Among these entries, how many lines have the string "BuildSketch" in them? Only the number is needed.

▸ DATA RECORDS:
#####
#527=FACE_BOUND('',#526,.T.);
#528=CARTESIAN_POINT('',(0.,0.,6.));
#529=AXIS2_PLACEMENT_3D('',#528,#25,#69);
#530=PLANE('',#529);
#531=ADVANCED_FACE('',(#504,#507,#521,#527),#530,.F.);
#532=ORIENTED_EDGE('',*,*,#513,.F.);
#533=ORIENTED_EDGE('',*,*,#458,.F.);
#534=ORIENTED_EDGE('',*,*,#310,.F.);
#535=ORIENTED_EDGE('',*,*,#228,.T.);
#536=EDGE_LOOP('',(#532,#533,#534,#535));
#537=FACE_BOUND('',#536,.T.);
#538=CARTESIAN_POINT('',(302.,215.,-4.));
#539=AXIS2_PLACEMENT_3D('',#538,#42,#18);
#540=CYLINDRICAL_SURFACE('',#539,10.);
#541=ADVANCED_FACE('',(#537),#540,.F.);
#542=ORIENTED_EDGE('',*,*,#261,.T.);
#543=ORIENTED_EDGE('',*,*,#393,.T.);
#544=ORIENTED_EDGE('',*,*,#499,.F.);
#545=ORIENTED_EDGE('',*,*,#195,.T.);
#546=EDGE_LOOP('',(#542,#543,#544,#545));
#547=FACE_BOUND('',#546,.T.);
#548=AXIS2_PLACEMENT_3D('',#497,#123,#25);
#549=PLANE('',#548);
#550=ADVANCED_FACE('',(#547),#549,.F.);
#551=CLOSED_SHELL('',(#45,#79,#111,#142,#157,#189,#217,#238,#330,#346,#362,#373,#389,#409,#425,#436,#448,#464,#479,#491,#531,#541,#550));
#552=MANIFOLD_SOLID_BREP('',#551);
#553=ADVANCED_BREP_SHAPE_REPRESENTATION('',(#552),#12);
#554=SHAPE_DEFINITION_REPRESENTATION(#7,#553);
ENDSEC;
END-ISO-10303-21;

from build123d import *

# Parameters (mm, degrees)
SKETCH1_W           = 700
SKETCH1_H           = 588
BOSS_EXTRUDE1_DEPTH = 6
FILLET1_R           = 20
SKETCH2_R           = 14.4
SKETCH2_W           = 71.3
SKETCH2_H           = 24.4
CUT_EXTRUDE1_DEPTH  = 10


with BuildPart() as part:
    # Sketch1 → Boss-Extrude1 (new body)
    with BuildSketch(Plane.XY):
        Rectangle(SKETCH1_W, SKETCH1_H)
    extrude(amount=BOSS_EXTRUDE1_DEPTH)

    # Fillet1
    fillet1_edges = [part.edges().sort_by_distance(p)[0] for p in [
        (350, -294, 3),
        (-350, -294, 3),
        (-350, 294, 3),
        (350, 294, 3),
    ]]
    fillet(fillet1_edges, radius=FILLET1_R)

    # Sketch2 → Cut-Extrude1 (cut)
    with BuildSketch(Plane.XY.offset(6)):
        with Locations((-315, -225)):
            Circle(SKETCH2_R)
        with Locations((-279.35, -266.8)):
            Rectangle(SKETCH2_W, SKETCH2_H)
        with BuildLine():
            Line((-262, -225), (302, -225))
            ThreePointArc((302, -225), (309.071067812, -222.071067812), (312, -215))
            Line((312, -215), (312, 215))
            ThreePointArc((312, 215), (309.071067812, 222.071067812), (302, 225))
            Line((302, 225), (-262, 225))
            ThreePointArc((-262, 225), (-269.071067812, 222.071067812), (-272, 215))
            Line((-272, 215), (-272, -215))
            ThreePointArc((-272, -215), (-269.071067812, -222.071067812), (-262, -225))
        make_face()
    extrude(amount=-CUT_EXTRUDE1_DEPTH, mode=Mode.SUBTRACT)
#####
▸ RESULT: 2